Beitragvon mamschgerl » Sa 20. Jan 2018, 16:19

@remedias
Wenn man überlegt, wieviele Menschen arbeiten wollen, aber nicht können, ist es schon traurig. Eine angepasste Stellung zu finden, in der man aktiv seinen Unterhalt selbst verdienen und wirklich auch davon leben kann, ist in einer solchen Situation fast unmöglich, je nachdem eben, welchen Beruf man hat oder was man noch zu leisten fähig ist.

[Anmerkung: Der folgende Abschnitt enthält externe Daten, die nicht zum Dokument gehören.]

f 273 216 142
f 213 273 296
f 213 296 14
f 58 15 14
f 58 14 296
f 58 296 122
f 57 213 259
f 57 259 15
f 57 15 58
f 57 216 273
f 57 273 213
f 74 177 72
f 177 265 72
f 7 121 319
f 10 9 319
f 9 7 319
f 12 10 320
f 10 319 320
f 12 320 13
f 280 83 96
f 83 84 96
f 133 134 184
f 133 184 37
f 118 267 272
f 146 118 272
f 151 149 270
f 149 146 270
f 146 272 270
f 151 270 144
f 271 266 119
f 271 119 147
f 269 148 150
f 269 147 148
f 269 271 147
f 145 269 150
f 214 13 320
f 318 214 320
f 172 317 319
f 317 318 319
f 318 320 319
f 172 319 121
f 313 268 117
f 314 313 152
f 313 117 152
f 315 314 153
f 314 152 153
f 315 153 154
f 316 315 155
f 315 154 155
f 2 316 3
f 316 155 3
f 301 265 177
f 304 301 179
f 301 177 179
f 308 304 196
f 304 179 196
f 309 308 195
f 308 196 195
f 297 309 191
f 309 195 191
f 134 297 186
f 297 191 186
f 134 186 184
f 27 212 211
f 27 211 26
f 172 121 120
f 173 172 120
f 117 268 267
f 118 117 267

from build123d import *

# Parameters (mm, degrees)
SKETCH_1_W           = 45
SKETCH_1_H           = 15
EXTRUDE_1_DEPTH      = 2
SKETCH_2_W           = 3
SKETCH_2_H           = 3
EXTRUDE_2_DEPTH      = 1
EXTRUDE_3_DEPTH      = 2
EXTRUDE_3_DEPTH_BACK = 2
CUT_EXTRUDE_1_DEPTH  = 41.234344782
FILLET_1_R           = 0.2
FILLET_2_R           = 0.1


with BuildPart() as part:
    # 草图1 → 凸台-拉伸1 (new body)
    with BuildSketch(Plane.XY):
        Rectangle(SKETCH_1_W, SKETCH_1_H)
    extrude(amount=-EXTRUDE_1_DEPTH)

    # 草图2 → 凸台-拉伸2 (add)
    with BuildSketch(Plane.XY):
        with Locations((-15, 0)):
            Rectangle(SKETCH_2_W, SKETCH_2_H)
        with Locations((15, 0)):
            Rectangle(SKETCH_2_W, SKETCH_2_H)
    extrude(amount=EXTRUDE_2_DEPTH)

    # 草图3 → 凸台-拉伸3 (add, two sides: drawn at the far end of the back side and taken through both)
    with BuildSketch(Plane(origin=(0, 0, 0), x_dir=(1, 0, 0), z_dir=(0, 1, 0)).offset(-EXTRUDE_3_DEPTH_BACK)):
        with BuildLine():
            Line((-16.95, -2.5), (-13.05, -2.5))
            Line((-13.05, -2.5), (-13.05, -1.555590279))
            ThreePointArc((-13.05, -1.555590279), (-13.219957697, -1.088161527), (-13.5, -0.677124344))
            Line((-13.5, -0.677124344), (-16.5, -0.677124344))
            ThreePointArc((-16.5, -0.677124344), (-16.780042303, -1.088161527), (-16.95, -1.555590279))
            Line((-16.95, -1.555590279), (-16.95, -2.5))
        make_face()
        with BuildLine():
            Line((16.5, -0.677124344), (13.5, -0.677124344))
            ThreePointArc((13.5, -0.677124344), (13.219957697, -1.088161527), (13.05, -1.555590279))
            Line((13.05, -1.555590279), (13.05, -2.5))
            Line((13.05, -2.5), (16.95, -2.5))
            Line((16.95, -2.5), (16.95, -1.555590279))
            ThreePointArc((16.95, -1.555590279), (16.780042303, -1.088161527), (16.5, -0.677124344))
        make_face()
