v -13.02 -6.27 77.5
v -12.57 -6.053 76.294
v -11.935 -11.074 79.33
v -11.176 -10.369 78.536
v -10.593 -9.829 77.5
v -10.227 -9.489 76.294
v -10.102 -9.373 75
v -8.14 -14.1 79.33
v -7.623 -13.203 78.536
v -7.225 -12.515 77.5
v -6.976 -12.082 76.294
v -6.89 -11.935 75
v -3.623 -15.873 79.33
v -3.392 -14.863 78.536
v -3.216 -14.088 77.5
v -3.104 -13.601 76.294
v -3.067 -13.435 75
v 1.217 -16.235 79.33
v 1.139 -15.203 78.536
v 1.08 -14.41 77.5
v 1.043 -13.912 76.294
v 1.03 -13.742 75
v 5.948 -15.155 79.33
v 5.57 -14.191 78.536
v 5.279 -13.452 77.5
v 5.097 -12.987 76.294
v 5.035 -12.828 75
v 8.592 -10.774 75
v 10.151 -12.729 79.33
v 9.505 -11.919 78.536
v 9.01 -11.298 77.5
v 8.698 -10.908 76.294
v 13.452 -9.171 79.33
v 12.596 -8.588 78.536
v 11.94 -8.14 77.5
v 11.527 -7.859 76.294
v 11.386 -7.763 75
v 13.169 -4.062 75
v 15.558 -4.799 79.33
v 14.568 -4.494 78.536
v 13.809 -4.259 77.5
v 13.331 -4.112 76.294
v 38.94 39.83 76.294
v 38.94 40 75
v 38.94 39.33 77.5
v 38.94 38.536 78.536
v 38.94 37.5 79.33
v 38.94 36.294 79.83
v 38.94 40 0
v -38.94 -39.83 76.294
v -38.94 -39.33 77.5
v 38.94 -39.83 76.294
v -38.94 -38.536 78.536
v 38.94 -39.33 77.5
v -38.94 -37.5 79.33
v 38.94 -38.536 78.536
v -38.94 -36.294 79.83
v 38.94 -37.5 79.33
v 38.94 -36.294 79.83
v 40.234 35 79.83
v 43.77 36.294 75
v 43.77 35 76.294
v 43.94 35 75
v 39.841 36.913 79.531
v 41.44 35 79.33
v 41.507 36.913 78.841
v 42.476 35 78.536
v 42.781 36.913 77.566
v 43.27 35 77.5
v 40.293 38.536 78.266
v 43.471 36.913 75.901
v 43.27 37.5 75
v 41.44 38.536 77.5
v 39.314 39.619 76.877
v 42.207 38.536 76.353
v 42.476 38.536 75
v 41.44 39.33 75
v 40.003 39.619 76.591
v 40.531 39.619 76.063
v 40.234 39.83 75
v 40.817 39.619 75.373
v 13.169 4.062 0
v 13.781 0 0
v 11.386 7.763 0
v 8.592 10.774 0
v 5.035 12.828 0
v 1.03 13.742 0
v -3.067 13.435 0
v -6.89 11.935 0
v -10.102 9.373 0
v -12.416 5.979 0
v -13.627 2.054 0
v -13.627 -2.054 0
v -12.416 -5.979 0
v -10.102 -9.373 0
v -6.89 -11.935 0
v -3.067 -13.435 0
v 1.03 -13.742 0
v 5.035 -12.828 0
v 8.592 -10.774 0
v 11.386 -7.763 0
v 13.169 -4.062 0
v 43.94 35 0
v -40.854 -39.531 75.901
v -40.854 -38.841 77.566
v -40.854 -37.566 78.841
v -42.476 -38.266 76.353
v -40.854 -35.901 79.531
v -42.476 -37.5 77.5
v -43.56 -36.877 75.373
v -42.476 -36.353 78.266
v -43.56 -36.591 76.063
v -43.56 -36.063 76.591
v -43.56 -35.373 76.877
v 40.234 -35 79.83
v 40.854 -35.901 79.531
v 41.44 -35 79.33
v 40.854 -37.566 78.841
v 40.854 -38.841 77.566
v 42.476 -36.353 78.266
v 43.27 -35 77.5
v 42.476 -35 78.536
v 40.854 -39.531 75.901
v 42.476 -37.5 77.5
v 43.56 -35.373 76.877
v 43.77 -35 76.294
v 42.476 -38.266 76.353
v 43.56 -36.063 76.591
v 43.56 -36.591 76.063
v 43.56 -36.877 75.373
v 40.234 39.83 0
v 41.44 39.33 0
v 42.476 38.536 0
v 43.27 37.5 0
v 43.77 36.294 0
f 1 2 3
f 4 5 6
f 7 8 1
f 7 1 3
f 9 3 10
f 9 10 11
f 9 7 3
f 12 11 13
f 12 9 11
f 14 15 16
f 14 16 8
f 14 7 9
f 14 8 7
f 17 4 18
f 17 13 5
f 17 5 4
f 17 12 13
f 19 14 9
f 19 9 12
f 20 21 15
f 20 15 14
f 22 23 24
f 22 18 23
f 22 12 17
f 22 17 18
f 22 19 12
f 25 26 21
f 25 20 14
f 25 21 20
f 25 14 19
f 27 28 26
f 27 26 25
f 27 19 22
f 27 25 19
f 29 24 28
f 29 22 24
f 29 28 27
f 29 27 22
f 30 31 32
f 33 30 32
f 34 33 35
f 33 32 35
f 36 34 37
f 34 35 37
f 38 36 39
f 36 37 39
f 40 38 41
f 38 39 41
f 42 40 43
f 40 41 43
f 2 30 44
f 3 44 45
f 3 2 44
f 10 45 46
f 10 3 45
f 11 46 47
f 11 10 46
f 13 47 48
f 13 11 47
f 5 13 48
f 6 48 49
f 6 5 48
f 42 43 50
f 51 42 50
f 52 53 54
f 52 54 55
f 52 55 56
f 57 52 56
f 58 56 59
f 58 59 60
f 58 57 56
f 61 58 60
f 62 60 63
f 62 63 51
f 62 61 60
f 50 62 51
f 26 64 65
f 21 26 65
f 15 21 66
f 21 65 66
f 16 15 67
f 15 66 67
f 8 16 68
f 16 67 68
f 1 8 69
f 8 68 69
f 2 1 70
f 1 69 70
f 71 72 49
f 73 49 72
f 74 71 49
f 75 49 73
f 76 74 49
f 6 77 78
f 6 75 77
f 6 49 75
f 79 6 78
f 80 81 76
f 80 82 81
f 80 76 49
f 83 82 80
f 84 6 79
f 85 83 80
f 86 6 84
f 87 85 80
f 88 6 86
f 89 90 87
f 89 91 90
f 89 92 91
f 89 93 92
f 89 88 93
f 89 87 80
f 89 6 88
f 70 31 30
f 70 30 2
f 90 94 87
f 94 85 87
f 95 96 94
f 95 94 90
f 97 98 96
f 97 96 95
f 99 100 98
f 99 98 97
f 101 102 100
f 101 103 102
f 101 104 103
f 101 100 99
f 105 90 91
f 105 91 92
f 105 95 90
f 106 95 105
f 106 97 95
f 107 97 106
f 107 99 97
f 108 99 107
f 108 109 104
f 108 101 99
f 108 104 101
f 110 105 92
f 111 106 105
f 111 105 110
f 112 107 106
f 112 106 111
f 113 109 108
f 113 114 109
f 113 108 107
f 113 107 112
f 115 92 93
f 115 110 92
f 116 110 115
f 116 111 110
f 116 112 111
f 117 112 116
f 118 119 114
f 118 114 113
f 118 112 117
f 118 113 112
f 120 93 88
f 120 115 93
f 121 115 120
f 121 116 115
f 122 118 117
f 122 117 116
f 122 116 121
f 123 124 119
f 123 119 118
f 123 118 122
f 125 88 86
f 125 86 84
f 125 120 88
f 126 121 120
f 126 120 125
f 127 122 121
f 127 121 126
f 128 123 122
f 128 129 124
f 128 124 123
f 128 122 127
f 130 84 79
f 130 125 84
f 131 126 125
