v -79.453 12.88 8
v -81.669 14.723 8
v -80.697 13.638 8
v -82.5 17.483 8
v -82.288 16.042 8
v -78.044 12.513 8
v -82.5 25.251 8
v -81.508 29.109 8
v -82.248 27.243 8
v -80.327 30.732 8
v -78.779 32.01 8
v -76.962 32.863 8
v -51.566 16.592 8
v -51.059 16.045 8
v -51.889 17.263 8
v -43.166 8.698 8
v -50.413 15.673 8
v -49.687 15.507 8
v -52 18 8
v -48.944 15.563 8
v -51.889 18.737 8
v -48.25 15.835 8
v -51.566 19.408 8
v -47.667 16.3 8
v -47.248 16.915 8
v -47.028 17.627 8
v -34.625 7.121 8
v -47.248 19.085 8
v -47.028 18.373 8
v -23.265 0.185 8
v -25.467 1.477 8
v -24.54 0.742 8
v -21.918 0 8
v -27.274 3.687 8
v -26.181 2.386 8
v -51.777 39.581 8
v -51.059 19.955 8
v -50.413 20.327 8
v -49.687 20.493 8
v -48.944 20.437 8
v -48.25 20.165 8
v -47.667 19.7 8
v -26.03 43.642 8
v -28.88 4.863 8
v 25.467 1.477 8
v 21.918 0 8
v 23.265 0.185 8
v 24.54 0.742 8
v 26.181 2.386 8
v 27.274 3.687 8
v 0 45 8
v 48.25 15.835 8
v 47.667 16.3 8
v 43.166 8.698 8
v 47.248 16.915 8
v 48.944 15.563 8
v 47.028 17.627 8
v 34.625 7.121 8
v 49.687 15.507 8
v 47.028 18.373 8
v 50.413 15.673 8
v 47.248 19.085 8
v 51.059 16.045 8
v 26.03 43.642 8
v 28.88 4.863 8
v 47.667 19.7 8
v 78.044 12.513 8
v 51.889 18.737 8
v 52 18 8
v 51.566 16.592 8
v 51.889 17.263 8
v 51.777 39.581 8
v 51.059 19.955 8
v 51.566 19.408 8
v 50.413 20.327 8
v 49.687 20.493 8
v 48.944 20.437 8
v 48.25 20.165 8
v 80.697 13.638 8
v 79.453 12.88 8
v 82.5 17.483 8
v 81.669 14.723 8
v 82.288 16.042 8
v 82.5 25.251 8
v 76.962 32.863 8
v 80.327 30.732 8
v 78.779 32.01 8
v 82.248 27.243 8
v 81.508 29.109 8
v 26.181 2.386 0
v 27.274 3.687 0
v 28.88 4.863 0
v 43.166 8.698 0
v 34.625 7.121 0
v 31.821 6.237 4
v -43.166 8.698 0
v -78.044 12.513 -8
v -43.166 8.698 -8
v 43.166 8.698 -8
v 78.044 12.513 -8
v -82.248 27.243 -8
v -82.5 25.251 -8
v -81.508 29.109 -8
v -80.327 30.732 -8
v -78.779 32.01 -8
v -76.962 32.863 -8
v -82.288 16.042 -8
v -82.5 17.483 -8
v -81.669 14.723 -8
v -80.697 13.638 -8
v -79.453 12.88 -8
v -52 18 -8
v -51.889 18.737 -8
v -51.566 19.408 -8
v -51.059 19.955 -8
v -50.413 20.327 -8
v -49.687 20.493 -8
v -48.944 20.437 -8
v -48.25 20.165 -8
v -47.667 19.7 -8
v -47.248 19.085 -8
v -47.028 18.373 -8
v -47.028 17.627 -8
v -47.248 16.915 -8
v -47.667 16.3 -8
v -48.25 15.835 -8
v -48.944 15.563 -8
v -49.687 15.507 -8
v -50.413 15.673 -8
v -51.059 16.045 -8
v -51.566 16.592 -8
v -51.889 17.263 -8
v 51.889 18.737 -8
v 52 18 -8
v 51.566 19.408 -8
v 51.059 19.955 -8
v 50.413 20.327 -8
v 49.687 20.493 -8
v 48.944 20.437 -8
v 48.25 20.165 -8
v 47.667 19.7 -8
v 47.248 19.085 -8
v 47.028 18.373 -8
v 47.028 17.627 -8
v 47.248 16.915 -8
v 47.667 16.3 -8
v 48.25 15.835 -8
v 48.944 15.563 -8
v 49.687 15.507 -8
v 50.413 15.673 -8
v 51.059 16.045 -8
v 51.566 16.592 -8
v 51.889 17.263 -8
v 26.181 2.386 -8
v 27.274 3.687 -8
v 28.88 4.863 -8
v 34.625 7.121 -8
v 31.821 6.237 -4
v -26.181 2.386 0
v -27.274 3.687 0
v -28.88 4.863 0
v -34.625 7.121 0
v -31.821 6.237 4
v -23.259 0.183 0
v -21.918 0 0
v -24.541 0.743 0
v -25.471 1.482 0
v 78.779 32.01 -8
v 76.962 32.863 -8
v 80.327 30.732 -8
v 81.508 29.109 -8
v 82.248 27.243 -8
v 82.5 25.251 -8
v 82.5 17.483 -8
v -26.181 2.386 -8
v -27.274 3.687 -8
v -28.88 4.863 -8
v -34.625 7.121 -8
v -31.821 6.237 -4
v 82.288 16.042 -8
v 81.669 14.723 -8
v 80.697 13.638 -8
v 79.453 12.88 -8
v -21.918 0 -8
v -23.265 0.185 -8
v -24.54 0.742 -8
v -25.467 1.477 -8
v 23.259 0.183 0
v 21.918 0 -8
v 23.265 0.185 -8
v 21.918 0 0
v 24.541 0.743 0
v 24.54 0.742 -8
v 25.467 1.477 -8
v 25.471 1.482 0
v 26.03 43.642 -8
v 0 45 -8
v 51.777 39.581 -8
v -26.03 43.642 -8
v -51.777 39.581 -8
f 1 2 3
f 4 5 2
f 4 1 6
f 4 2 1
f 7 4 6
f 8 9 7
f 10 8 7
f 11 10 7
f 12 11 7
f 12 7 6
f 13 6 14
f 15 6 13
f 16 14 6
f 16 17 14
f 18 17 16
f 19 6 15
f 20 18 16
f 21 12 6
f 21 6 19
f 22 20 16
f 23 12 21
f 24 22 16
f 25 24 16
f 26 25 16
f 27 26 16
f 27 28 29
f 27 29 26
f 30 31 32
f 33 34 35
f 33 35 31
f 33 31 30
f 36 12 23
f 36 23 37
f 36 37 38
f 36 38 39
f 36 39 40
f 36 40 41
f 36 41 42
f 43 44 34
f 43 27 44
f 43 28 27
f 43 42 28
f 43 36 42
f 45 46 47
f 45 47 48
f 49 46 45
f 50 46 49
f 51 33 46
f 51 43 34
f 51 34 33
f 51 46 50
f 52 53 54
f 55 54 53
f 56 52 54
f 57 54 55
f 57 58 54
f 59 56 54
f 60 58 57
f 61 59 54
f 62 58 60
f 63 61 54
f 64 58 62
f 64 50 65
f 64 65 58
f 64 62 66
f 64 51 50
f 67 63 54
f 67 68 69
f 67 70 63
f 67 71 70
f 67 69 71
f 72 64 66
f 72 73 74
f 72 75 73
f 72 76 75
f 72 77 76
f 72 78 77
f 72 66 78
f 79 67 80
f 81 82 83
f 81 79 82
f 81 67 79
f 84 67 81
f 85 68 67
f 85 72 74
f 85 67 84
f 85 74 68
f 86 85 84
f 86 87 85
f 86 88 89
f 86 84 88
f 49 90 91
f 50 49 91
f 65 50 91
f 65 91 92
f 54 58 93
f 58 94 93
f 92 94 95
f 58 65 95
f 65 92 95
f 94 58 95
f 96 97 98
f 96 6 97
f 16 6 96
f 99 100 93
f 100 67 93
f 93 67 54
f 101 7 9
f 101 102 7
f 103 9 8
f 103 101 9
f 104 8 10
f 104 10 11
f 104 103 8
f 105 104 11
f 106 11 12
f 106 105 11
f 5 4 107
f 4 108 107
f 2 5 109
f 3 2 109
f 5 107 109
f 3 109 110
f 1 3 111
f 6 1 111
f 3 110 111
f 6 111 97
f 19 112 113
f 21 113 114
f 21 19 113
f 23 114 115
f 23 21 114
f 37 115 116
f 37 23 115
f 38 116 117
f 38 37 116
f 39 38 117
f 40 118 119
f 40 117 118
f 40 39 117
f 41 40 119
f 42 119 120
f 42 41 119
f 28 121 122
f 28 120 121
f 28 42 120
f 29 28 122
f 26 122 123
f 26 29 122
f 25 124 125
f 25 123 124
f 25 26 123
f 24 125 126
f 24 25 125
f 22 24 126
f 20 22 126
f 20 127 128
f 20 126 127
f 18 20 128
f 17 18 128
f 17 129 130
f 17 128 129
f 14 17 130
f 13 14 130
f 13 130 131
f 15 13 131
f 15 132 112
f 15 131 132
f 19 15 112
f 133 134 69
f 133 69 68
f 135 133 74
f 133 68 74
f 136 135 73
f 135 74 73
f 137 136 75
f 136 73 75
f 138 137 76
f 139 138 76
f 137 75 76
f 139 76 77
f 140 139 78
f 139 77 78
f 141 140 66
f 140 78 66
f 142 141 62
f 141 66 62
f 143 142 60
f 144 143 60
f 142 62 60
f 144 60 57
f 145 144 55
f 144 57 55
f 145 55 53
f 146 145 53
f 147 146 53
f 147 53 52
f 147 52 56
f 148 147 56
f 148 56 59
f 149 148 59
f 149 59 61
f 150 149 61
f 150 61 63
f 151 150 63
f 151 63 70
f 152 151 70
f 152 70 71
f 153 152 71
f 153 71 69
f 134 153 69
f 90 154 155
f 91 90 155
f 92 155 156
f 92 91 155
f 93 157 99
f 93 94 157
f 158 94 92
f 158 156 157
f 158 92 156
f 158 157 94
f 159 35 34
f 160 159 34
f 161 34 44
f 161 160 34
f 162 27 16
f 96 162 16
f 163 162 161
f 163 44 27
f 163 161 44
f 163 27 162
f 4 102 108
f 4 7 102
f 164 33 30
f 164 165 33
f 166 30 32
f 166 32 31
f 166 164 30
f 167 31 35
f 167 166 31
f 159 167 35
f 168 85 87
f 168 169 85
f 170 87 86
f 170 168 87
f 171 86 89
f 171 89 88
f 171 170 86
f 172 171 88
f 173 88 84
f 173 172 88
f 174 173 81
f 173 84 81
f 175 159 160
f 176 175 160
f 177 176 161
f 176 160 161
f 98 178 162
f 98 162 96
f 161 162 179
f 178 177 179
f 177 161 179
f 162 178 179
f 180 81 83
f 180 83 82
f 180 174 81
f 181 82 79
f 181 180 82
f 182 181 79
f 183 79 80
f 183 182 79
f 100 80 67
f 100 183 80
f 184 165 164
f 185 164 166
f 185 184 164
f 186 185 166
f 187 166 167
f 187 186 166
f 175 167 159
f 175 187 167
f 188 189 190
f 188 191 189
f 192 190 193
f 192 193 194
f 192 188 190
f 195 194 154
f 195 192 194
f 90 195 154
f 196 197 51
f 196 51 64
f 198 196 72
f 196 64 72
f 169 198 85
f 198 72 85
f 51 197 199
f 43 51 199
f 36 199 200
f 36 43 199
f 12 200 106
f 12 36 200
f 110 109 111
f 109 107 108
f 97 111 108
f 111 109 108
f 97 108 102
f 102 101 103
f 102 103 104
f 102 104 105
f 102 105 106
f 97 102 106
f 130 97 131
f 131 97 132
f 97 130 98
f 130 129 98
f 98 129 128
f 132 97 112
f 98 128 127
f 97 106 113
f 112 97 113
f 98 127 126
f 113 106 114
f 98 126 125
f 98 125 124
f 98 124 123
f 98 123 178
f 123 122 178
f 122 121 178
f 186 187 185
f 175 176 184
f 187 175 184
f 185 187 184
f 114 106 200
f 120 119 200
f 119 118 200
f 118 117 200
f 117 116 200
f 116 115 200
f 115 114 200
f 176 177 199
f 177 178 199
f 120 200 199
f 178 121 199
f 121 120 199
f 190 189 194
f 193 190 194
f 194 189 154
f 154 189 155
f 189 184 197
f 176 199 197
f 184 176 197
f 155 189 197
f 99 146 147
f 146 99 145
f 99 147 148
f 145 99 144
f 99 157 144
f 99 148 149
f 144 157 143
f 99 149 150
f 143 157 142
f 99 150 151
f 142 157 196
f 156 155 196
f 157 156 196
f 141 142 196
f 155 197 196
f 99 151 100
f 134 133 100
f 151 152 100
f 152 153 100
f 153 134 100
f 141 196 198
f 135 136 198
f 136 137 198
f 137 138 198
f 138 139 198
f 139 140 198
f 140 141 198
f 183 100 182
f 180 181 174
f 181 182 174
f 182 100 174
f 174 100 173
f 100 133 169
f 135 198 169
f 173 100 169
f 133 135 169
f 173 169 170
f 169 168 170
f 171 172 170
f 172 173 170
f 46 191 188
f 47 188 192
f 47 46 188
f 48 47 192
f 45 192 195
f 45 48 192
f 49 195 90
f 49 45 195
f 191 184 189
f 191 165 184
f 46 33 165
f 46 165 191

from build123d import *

# Parameters (mm, degrees)
BOSS_EXTRUDE1_DEPTH = 8
FILLET1_R           = 8
FILLET2_R           = 5
FILLET3_R           = 5
SKETCH2_R           = 2.5
CUT_EXTRUDE1_DEPTH  = 96.327068709


with BuildPart() as part:
    # Sketch1 → Boss-Extrude1 (new, symmetric)
    with BuildSketch(Plane.XY):
        with BuildLine():
            Line((0, 0), (0, 45))
            ThreePointArc((0, 45), (41.839723947, 41.475158976), (82.5, 31))
            Line((82.5, 31), (82.5, 13))
            Line((82.5, 13), (43.165682973, 8.697844187))
            add(Edge.make_bspline(
                [(25.5, 0), (25.5, 6.5), (43.165682973, 8.697844187)],
                knots=[0, 0, 0, 1, 1, 1], degree=2))
            Line((25.5, 0), (0, 0))
        make_face()
    boss_extrude1 = extrude(amount=BOSS_EXTRUDE1_DEPTH, both=True)

    # Mirror1: Boss-Extrude1 across plane
    add(boss_extrude1.mirror(Plane(origin=(0, 0, 0), x_dir=(0, 0, 1), z_dir=(1, 0, 0))))

    # Fillet1
    fillet1_edges = [part.edges().sort_by_distance(p)[0] for p in [
        (82.5, 31, 0),
        (-82.5, 31, 0),
    ]]
    fillet(fillet1_edges, radius=FILLET1_R)

    # Fillet2
    fillet2_edges = [part.edges().sort_by_distance(p)[0] for p in [
        (82.5, 13, 0),
        (-82.5, 13, 0),
    ]]
    fillet(fillet2_edges, radius=FILLET2_R)

    # Fillet3
    fillet3_edges = [part.edges().sort_by_distance(p)[0] for p in [
        (25.5, 0, 4),
        (-25.5, 0, -4),
    ]]
    fillet(fillet3_edges, radius=FILLET3_R)

    # Sketch2 → Cut-Extrude1 (cut, through all)
    with BuildSketch(Plane.XY.offset(8)):
        with Locations((49.5, 18)):
            Circle(SKETCH2_R)
    cut_extrude1 = extrude(amount=-CUT_EXTRUDE1_DEPTH, mode=Mode.SUBTRACT)

    # Mirror4: Cut-Extrude1 across plane
    add(cut_extrude1.mirror(Plane(origin=(0, 0, 0), x_dir=(0, 0, 1), z_dir=(1, 0, 0))), mode=Mode.SUBTRACT)


solid = part.part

Mir nützt es auch nichts, daß ich zu meiner EU Rente € 450,- dazuverdienen könnte, weil Dissoziationen, Panikattacken, Desorientierung etc etc selbst die einfachste Beschäftigung verhindert. Vielleicht könnte ich Kugelschreiber zusammenbauen oder Prospekte falten, doch unterm Strich landen die Mehreinnahmen bei der Insolvenzverwalterin und meine Witwenrente würde dementsprechend ebenso niedriger berechnet.
Ich hatte einmal in meinem Leben diese Situation, daß jeder Mehrverdienst irgendwo anders zum Abzug kam und es dauerte Jahre, bis ich endlich tatsächlich durch Vollzeitbeschäftigung mehr im Monat hatte. Nochmal schaffe ich diesen Kraftakt nicht, bei mir stellen sich schon die Haare zu Berge, wenn ich nur an Vorstellungsgespräche oder erneute Versuche meinerseits, meine Eignung unter Beweis zu stellen, denke.
Ja, es stimmt, am Anfang war ich aufgrund meiner Prognose völlig fertig. Auf mich, die es immer geschafft hat, wieder aufzustehen und sich zurückzukämpfen, wirkte das niederschmetternd, ich konnte und wollte das auch lange nicht wahrhaben, daß ich nicht mehr in der Lage sein sollte, im Berufsleben zu stehen, ich fühlte mich als Versagerin, schwach, kraftlos, ausgemergelt und vor allem, ich war unglaublich wütend auf mich selbst.
Und hier muß ich nochmal sagen, jemand, der das nicht selbst erlebt hat, wird das nicht verstehen können.